# NSW: Norah Head Kingies



## MrX (Feb 7, 2008)

Planned a trip to hunt kings at Norah Head with Rnmars and Kiwipea a few weeks back, so thought a bit of preparation was called for. Went out to Longy on Saturday morning to collect fresh bait. Achieved that task - successfully sight casting for slimies with Karnage & Paulb (and successfully locking my keys in the car - thanks for the help Paul).

Collected some bite-size fresh squid on the way up the coast (thanks for the tip, Steve).

Rnmar's brother provided the local accommodation to allow an early start, and laid down the challenge - yaks vs him and his mate from their stink-boat. They took us out to the local pub on Saturday night, to make sure we would be cactus on the yaks, while they cleaned up from their comfortable fishing platform.

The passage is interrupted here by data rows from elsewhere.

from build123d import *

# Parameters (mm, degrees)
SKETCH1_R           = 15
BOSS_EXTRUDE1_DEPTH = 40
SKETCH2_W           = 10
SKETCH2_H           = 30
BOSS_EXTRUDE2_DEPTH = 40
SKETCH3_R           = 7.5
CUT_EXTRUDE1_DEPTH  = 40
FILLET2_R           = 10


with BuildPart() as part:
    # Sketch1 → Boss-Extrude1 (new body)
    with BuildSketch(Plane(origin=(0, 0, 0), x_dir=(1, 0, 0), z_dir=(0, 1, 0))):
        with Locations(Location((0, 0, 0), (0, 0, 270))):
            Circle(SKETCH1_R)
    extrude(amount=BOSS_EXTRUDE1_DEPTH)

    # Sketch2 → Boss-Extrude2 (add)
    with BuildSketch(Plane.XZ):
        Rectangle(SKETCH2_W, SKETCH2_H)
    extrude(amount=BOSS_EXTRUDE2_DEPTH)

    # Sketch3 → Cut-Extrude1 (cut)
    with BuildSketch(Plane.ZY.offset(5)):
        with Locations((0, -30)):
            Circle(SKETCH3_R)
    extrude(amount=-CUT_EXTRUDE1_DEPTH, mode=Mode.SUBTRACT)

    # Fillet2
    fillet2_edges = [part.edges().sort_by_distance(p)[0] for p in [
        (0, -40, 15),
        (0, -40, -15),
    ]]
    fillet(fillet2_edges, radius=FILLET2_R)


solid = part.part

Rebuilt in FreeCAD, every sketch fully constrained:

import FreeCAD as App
import Part
import Sketcher
from FreeCAD import Vector


def edges_at(feature, points):
    """Names of the edges that pass closest to the given points."""
    edges = feature.Shape.Edges
    near = lambda p: min(range(len(edges)), key=lambda i: edges[i].distToShape(Part.Vertex(*p))[0])
    return sorted({f"Edge{near(p) + 1}" for p in points})

doc = App.newDocument("Part")
params = doc.addObject("Spreadsheet::Sheet", "Params")
for row, (alias, value) in enumerate([
    ("sketch1_diameter", "30 mm"),
    ("pad1_length", "40 mm"),
    ("sketch2_width", "10 mm"),
    ("sketch2_height", "30 mm"),
    ("pad2_length", "40 mm"),
    ("sketch3_diameter", "15 mm"),
    ("pocket1_length", "40 mm"),
    ("fillet_radius", "10 mm"),
], start=1):
    params.set(f"A{row}", alias)
    params.set(f"B{row}", "=" + value)
    params.setAlias(f"B{row}", alias)

body = doc.addObject("PartDesign::Body", "Body")

sketch1 = body.newObject("Sketcher::SketchObject", "Sketch")
sketch1.AttachmentSupport = (doc.getObject("XZ_Plane"), [""])
sketch1.MapMode = "FlatFace"
sketch1.addGeometry(Part.Circle(Vector(0, 0, 0), Vector(0, 0, 1), 15), False)
sketch1.addConstraint([
    Sketcher.Constraint("Coincident", 0, 3, -1, 1),
    Sketcher.Constraint("Diameter", 0, 30.0),
])
sketch1.setExpression("Constraints[1]", "Params.sketch1_diameter")
pad1 = body.newObject("PartDesign::Pad", "Pad")
pad1.Profile = sketch1
pad1.setExpression("Length", "Params.pad1_length")
pad1.Reversed = True

sketch2 = body.newObject("Sketcher::SketchObject", "Sketch001")
sketch2.AttachmentSupport = (doc.getObject("XZ_Plane"), [""])
sketch2.MapMode = "FlatFace"
sketch2.addGeometry([
    Part.LineSegment(Vector(-5, 15, 0), Vector(-5, -15, 0)),
    Part.LineSegment(Vector(-5, -15, 0), Vector(5, -15, 0)),
    Part.LineSegment(Vector(5, -15, 0), Vector(5, 15, 0)),
    Part.LineSegment(Vector(5, 15, 0), Vector(-5, 15, 0)),
], False)
sketch2.addConstraint([
    Sketcher.Constraint("Coincident", 0, 2, 1, 1),
    Sketcher.Constraint("Coincident", 1, 2, 2, 1),
    Sketcher.Constraint("Coincident", 2, 2, 3, 1),
    Sketcher.Constraint("Coincident", 3, 2, 0, 1),
    Sketcher.Constraint("Vertical", 0),
    Sketcher.Constraint("Horizontal", 1),
    Sketcher.Constraint("Vertical", 2),
    Sketcher.Constraint("Horizontal", 3),
    Sketcher.Constraint("Symmetric", 0, 2, 2, 2, -1, 1),
    Sketcher.Constraint("DistanceX", 1, 1, 1, 2, 10.0),
    Sketcher.Constraint("DistanceY", 0, 2, 0, 1, 30.0),
])
sketch2.setExpression("Constraints[9]", "Params.sketch2_width")
sketch2.setExpression("Constraints[10]", "Params.sketch2_height")
pad2 = body.newObject("PartDesign::Pad", "Pad001")
pad2.Profile = sketch2
pad2.setExpression("Length", "Params.pad2_length")

sketch3 = body.newObject("Sketcher::SketchObject", "Sketch002")
sketch3.AttachmentSupport = (doc.getObject("YZ_Plane"), [""])
sketch3.MapMode = "FlatFace"
sketch3.AttachmentOffset = App.Placement(Vector(0, 0, -5), App.Rotation())
sketch3.addGeometry(Part.Circle(Vector(-30, 0, 0), Vector(0, 0, 1), 7.5), False)
sketch3.addConstraint([
    Sketcher.Constraint("PointOnObject", 0, 3, -1),
    Sketcher.Constraint("Diameter", 0, 15.0),
    Sketcher.Constraint("DistanceX", 0, 3, -1, 1, 30.0),
])
sketch3.setExpression("Constraints[1]", "Params.sketch3_diameter")
pocket1 = body.newObject("PartDesign::Pocket", "Pocket")
pocket1.Profile = sketch3
pocket1.setExpression("Length", "Params.pocket1_length")
pocket1.Reversed = True
doc.recompute()

fillet = body.newObject("PartDesign::Fillet", "Fillet")
fillet.Base = (pocket1, edges_at(pocket1, [(0, -40, 15), (0, -40, -15)]))
fillet.setExpression("Radius", "Params.fillet_radius")

doc.recompute()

The yaks managed to get down to the ramp before sunrise (a bit dusty, but enthusiasm undaunted), but the local stinkboaters took a bit longer to set up. (Ha!) No sign of KP.

We were greeted by a magnificent sunrise, flat sees and not a breath of wind. Glorious!

A short pedal/paddle, and were out at the Nora bommie.










Saw several stinkers pass by, and figured there must be a better place to fish. Ah well, no local knowledge (where are you KP?), so dropped down a baby squid on a jig head.

WHACK!! ZZZZZZZZ&#8230;tighten drag&#8230;crunch &#8230; ping! Shiiite! Immediately reefed by something huge. Pulled in the line and noticed the knots had held, but the hook was snapped at the base. WTF was that? Wonder where those stinkers are going?

Re-rig, and didn't have to wait long. WHACKZZZZZ. Stopped this one, and boated rat no 1, at 63.










Rnmars was on the other side of the bommie, eventually got his attention:
Mr X: "Kingies, over here!"
Rod: "Aye?"
MrX: "KINGIES!"
Rod: "What?"
MrX: "Get over here you deaf farrrKKKK I'm ooonnnnn&#8230;"
Rod: "You snagged?"

Eventually he gets the idea, and paddles over, mid-battle. Then out of the corner of my eye, I notice my second rod start to wiggle. Oh no! WHACK, down it goes, double kingy hook-up. Help!

Rnmars comes in closer to grab my spare buckling rod, I notice his rod giving the familiar wiggle, and sure enough, suddenly his ski suddenly jerks back and his reel starts screaming too. Triple hook-up. Where is KP when you need him, these Norah kings are going ballistic!

I yakked one of mine, Rod yakked his, but I couldn't stop the third.

Drifted around trying to locate them again, with drag tightened as much as we dared. Both hooked up, yakking more rats. The lads turned up on the stinker looking green around the gills, and it went quiet. Do boats spook them? They left, and I hooked up to another unstoppable.

We hit a quiet patch, so I threw the squid into the wash and came up tight. Pulled out a solid bream that had somehow managed to get a kingy jig into its gob. I have never targeted bream from the yak, so at 34cm he made the scoreboard as a modest pb.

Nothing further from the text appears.